### Your instructions
In the records below, find the line that contains "f 371 6 373" and the line that contains "f 111 107 300", then retype exactly those two lines and every line between them.

Stored data entries:
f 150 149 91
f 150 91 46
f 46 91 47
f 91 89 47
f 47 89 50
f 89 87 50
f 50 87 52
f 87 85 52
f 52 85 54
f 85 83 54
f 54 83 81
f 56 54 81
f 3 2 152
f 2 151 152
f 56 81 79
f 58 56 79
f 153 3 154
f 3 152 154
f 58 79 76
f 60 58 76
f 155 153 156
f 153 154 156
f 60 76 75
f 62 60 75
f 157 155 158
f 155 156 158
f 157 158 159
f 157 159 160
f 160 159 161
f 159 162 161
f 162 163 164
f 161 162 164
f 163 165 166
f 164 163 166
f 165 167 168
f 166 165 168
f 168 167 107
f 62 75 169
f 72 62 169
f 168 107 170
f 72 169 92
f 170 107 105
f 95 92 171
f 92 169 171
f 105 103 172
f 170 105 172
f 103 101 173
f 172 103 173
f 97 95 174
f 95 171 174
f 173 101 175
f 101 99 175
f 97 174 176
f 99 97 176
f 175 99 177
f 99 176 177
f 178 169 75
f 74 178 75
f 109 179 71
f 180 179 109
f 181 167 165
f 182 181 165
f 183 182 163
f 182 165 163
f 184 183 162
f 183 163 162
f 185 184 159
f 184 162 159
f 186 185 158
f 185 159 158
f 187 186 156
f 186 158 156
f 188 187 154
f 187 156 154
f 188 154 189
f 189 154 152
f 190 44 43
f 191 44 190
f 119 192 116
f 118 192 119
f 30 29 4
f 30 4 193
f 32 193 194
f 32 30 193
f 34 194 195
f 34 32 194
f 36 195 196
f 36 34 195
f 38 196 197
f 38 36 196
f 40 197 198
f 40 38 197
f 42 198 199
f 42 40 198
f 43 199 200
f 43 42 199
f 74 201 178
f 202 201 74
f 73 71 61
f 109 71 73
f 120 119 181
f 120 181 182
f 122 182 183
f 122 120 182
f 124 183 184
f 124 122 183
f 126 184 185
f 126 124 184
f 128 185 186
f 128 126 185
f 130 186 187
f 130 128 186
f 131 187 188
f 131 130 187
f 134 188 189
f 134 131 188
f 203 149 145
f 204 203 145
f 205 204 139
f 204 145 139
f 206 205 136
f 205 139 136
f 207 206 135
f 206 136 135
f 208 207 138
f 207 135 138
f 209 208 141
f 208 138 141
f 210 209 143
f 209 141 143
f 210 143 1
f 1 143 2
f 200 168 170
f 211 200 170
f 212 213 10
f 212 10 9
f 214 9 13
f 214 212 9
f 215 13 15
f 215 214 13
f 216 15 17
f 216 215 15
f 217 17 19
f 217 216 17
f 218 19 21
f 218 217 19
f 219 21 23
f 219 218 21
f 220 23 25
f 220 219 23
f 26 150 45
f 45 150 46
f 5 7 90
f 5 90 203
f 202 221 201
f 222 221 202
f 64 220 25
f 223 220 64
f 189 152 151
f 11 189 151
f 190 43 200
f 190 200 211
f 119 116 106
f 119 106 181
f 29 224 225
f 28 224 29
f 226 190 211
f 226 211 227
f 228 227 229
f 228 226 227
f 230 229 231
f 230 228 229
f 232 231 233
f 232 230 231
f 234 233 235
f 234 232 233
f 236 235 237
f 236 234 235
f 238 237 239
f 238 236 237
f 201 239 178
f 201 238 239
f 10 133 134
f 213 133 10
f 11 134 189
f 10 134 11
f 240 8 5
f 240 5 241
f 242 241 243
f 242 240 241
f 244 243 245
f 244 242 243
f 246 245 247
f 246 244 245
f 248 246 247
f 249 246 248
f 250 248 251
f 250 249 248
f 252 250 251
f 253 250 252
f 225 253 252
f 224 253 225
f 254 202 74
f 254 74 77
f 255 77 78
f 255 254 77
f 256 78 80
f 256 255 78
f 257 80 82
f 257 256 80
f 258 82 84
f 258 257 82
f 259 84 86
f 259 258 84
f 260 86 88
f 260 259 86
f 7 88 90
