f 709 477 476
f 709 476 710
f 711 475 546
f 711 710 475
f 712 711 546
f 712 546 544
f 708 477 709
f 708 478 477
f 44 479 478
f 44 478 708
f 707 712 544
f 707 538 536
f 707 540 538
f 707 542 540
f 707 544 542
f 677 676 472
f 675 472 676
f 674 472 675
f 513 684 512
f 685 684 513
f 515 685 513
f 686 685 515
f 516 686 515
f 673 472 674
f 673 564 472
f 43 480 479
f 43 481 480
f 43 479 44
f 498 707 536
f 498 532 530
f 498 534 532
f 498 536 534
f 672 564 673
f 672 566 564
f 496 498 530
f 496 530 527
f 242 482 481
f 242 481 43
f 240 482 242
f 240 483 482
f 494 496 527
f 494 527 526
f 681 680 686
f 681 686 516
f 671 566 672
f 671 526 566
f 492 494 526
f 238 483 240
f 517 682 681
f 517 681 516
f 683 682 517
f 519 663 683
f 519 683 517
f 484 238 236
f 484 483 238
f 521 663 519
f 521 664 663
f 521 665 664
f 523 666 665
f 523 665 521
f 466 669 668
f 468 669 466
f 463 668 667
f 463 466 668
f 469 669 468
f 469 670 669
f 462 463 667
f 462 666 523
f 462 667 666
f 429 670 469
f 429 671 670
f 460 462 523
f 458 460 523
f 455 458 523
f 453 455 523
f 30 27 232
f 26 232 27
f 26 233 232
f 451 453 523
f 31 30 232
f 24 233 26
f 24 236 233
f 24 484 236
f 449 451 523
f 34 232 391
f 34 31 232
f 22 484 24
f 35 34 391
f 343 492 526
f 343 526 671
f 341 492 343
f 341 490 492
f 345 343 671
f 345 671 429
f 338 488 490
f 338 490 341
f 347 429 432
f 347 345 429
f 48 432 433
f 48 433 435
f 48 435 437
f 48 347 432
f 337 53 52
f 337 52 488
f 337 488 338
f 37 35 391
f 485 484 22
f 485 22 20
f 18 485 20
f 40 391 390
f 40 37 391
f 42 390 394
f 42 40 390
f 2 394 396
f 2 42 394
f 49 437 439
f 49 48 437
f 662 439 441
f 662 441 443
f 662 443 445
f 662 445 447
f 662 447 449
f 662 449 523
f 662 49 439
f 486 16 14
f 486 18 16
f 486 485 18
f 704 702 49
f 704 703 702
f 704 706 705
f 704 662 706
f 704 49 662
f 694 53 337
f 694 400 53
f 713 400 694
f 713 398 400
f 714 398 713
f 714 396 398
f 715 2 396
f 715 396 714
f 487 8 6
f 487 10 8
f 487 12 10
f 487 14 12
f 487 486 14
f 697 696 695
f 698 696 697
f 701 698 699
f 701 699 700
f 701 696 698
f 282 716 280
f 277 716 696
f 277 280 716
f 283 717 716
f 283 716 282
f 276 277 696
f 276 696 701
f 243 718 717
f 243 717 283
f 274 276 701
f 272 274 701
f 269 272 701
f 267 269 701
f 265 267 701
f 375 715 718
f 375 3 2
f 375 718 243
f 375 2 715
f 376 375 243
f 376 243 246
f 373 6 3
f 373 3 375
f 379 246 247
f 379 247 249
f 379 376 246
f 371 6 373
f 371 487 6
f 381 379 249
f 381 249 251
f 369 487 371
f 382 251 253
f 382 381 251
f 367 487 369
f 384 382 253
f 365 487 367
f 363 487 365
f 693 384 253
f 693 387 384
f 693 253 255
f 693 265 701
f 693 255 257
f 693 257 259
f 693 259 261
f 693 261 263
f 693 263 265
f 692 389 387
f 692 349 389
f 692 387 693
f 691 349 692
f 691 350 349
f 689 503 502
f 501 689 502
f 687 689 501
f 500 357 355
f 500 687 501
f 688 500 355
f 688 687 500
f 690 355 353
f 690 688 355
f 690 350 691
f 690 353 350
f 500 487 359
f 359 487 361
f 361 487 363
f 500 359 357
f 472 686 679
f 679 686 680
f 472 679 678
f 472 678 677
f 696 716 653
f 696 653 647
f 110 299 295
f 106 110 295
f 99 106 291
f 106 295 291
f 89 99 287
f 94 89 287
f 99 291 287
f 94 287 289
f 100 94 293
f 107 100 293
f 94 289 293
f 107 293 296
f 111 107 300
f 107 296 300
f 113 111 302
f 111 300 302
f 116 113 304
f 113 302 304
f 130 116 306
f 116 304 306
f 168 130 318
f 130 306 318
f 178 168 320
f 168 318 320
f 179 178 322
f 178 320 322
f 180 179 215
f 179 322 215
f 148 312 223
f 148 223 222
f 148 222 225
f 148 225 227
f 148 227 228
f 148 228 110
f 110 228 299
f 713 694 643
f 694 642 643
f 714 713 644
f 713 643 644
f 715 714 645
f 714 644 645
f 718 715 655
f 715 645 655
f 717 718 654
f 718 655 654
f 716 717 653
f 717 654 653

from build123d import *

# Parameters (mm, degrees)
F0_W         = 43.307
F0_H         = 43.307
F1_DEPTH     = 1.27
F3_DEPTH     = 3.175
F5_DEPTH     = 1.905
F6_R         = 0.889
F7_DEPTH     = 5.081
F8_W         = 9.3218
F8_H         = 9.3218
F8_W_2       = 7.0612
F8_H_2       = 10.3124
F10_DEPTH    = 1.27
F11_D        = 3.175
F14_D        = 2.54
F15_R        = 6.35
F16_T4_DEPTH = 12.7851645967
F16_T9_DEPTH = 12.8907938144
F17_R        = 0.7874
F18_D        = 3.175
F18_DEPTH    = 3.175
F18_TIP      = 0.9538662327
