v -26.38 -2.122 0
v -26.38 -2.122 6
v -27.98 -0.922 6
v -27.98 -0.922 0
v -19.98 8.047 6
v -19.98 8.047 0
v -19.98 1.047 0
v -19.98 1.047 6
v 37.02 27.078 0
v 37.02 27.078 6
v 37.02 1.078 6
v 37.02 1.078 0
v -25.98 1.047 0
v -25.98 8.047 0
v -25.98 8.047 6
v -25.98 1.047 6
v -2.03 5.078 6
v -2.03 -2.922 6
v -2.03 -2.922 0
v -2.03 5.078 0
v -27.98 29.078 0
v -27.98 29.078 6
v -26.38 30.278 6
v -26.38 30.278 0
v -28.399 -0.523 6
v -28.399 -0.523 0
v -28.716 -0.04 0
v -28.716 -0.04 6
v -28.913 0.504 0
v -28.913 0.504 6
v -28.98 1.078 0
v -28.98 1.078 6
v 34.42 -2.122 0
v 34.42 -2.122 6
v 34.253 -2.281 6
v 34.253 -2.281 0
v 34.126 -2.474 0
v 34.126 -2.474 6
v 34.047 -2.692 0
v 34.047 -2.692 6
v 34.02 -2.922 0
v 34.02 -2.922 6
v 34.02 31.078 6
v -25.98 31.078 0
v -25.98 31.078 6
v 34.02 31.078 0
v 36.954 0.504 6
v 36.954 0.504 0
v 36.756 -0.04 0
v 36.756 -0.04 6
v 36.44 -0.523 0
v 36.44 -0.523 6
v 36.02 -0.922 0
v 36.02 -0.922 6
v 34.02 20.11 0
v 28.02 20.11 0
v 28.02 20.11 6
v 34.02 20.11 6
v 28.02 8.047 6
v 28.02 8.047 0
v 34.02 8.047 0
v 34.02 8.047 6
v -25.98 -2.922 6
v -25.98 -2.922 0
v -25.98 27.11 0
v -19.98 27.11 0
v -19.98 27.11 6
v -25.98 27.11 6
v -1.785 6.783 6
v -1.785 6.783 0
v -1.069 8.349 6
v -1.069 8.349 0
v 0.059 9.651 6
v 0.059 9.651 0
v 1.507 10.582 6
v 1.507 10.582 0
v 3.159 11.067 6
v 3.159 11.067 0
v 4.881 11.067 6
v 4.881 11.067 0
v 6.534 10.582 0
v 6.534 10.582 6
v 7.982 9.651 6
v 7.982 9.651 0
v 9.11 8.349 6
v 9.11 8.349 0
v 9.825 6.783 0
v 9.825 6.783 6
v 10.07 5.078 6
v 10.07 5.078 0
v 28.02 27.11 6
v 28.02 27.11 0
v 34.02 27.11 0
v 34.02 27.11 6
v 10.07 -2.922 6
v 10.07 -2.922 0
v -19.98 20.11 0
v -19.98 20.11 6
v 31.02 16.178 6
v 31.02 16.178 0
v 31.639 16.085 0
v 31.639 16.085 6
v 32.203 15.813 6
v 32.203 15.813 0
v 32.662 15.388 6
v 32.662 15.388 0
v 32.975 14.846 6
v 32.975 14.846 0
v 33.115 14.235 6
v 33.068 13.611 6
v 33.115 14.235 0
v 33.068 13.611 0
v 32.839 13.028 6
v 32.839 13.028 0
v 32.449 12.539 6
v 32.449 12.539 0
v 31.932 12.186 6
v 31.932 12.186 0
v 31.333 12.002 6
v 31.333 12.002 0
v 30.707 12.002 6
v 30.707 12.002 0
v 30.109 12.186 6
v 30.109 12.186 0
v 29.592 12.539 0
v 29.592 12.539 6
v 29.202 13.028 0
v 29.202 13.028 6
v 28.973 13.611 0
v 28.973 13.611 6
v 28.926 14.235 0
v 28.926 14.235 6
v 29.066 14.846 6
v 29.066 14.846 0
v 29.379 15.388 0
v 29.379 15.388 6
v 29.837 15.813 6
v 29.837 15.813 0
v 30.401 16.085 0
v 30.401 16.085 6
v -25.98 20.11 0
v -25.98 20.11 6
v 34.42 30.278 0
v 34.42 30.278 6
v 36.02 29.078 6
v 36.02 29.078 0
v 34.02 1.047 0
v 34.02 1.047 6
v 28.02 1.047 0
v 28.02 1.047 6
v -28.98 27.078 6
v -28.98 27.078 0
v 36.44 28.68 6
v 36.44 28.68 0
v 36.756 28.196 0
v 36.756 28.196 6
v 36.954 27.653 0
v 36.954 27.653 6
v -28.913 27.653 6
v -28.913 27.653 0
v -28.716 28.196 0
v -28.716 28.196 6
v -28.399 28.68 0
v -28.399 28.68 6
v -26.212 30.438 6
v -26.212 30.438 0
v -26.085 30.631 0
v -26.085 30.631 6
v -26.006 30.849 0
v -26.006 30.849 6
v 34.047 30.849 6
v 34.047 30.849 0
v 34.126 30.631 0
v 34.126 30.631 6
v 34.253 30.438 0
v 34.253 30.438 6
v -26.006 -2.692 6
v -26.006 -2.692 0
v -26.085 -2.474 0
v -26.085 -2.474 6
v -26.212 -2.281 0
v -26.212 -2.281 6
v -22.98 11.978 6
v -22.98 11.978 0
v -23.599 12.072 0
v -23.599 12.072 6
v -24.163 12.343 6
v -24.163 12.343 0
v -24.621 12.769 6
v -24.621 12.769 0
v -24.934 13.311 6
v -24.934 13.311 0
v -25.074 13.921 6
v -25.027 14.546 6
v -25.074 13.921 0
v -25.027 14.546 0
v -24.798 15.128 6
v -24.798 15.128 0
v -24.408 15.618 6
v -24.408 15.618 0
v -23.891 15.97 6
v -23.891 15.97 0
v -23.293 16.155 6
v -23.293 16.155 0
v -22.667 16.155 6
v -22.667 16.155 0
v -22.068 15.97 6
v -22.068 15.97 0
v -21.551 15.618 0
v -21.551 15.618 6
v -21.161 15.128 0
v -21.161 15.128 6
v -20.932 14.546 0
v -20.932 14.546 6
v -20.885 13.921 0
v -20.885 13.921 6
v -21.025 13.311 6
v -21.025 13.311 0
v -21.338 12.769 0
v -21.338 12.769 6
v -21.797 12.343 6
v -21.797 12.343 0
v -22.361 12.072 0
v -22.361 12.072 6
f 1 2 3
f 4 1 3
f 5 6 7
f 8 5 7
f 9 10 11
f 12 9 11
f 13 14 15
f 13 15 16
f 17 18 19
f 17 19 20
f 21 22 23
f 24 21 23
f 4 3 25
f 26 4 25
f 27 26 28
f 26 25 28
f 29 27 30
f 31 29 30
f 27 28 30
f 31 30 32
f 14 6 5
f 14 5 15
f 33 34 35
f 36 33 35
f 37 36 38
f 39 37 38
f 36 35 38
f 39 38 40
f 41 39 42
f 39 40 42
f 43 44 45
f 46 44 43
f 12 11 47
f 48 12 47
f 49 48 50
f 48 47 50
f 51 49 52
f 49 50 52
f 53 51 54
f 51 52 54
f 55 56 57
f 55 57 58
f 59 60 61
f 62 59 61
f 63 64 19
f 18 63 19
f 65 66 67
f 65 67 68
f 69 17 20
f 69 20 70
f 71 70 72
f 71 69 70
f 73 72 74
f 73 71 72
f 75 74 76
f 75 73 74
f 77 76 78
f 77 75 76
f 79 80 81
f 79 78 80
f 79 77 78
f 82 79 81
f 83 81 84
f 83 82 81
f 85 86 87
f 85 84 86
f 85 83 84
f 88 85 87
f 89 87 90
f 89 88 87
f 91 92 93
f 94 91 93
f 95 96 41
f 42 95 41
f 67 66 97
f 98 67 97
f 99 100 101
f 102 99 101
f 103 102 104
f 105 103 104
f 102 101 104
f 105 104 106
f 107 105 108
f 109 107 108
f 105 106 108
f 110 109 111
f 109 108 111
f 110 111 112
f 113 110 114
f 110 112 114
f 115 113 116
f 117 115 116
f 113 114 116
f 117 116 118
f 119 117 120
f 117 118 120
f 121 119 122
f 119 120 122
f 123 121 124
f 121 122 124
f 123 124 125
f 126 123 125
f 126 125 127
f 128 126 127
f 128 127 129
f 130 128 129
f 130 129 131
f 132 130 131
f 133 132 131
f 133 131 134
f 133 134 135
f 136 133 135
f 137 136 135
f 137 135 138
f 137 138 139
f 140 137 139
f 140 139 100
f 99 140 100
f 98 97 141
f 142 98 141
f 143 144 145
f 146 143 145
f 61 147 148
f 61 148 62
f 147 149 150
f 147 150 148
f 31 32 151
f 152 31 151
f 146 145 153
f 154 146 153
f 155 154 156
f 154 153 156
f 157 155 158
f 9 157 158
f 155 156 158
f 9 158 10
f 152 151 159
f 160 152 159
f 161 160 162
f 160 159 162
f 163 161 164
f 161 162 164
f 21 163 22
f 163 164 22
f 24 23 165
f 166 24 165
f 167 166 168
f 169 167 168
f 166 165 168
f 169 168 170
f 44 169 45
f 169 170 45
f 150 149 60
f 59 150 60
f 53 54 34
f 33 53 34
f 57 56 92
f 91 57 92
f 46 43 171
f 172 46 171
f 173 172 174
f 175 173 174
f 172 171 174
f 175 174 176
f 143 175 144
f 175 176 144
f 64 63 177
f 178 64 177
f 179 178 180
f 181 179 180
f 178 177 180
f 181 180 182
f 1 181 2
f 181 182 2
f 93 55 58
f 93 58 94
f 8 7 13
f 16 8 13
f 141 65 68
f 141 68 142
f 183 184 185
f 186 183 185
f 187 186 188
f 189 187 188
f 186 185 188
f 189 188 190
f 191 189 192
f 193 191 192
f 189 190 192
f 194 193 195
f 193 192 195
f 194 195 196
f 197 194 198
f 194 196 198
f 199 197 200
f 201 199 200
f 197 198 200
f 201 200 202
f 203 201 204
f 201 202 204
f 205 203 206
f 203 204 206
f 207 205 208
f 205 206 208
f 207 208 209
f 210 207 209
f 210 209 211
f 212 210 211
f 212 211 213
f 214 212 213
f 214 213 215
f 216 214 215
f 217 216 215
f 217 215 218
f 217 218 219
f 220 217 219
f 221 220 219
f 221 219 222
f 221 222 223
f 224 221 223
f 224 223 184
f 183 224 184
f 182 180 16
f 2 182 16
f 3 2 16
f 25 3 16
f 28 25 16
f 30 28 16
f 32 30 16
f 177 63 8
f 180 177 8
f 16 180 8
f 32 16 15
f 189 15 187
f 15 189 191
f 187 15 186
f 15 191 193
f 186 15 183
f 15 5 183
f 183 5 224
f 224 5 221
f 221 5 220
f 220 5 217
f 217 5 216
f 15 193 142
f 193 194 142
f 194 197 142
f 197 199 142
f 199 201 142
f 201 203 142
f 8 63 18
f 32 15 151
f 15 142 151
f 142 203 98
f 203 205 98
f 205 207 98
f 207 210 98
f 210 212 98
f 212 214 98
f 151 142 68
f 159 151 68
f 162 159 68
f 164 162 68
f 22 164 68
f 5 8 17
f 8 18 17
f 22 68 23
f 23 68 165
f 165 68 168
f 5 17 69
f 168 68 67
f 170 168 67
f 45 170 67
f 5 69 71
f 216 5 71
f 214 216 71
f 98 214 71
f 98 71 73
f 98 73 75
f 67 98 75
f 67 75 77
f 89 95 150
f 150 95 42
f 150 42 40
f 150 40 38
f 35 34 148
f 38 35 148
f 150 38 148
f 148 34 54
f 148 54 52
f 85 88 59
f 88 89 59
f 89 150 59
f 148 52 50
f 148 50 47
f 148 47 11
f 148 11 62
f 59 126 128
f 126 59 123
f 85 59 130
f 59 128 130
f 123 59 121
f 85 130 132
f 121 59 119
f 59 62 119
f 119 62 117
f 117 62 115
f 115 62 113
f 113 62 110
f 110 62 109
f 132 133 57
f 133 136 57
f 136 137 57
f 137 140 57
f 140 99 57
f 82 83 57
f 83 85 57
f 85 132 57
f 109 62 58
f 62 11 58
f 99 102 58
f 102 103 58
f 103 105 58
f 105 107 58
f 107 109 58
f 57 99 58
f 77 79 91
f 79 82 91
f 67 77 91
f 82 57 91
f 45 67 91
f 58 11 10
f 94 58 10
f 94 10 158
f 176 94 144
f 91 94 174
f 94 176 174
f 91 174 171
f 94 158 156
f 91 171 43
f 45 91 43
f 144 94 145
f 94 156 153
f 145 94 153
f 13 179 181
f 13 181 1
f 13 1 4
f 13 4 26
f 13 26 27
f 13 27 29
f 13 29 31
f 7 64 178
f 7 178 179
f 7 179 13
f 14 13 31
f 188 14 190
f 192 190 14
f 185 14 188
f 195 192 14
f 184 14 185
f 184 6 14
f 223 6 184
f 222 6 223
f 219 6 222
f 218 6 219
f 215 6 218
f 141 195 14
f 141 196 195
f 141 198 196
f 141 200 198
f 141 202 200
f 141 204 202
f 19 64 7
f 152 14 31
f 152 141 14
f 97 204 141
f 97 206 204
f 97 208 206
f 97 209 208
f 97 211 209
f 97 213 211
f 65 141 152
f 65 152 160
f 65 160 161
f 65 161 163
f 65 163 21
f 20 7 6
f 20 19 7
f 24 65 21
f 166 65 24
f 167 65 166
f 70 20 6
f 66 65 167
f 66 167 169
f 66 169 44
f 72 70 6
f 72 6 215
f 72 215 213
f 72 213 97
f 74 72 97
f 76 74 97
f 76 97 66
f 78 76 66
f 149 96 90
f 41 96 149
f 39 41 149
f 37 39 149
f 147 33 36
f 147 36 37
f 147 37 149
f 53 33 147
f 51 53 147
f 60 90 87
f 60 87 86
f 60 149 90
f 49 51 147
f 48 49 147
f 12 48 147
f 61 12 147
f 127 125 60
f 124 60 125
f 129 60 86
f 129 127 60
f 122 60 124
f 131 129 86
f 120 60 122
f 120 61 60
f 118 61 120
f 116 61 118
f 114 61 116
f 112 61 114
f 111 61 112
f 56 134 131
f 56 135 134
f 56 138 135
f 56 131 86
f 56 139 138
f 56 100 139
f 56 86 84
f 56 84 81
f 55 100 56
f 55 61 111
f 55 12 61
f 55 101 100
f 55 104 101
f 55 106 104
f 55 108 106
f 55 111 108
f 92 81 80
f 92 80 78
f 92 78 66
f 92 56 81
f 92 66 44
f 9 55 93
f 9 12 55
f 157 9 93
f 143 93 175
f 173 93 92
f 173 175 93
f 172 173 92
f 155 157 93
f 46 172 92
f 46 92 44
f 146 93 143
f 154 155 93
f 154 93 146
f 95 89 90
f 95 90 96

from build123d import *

# Parameters (mm, degrees)
SKETCH_1_W           = 60
SKETCH_1_H           = 34
EXTRUDE_1_DEPTH      = 6
CUT_EXTRUDE_1_DEPTH  = 7
EXTRUDE_2_DEPTH      = 6
SKETCH_3_R           = 2.1
SKETCH_3_W           = 7
SKETCH_3_H           = 6
CUT_EXTRUDE_11_DEPTH = 7
EXTRUDE_21_DEPTH     = 6
SKETCH_31_R          = 2.1
SKETCH_31_W          = 7
SKETCH_31_H          = 6
CUT_EXTRUDE_12_DEPTH = 7


with BuildPart() as part:
    # Эскиз1 → Бобышка-Вытянуть1 (new body)
    with BuildSketch(Plane.XY):
        with Locations((4.02043073, 14.078379342)):
            Rectangle(SKETCH_1_W, SKETCH_1_H)
    extrude(amount=EXTRUDE_1_DEPTH)

    # Эскиз2 → Вырез-Вытянуть1 (cut, through all)
    with BuildSketch(Plane.XY.offset(6)):
        with BuildLine():
            Line((-2.02956927, -2.921620658), (-2.02956927, 5.078379342))
            ThreePointArc((-2.02956927, 5.078379342), (4.02043073, 11.128379342), (10.07043073, 5.078379342))
            Line((10.07043073, 5.078379342), (10.07043073, -2.921620658))
            ThreePointArc((10.07043073, -2.921620658), (4.02043073, -8.971620658), (-2.02956927, -2.921620658))
        make_face()
    extrude(amount=-CUT_EXTRUDE_1_DEPTH, mode=Mode.SUBTRACT)

    # Эскиз21 → Бобышка-Вытянуть2 (add)
    with BuildSketch(Plane(origin=(24.02043073, 14.078379342, 6), x_dir=(0, -1, 0), z_dir=(0, 0, -1))):
        with BuildLine():
            Line((13, 53), (-13, 53))
            ThreePointArc((-13, 53), (-14.118033989, 52.736067977), (-15, 52))
            Line((-15, 52), (-16.2, 50.4))
            ThreePointArc((-16.2, 50.4), (-16.552786405, 50.105572809), (-17, 50))
            Line((-17, 50), (17, 50))
            ThreePointArc((17, 50), (16.552786405, 50.105572809), (16.2, 50.4))
            Line((16.2, 50.4), (15, 52))
            ThreePointArc((15, 52), (14.118033989, 52.736067977), (13, 53))
        make_face()
    extrude(amount=EXTRUDE_2_DEPTH)

    # Эскиз3 → Вырез-Вытянуть11 (cut, through all)
    with BuildSketch(Plane(origin=(24.02043073, 14.078379342, 0), x_dir=(0, -1, 0), z_dir=(0, 0, -1))):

### Reply
f 371 6 373
f 371 487 6
f 381 379 249
f 381 249 251
f 369 487 371
f 382 251 253
f 382 381 251
f 367 487 369
f 384 382 253
f 365 487 367
f 363 487 365
f 693 384 253
f 693 387 384
f 693 253 255
f 693 265 701
f 693 255 257
f 693 257 259
f 693 259 261
f 693 261 263
f 693 263 265
f 692 389 387
f 692 349 389
f 692 387 693
f 691 349 692
f 691 350 349
f 689 503 502
f 501 689 502
f 687 689 501
f 500 357 355
f 500 687 501
f 688 500 355
f 688 687 500
f 690 355 353
f 690 688 355
f 690 350 691
f 690 353 350
f 500 487 359
f 359 487 361
f 361 487 363
f 500 359 357
f 472 686 679
f 679 686 680
f 472 679 678
f 472 678 677
f 696 716 653
f 696 653 647
f 110 299 295
f 106 110 295
f 99 106 291
f 106 295 291
f 89 99 287
f 94 89 287
f 99 291 287
f 94 287 289
f 100 94 293
f 107 100 293
f 94 289 293
f 107 293 296
f 111 107 300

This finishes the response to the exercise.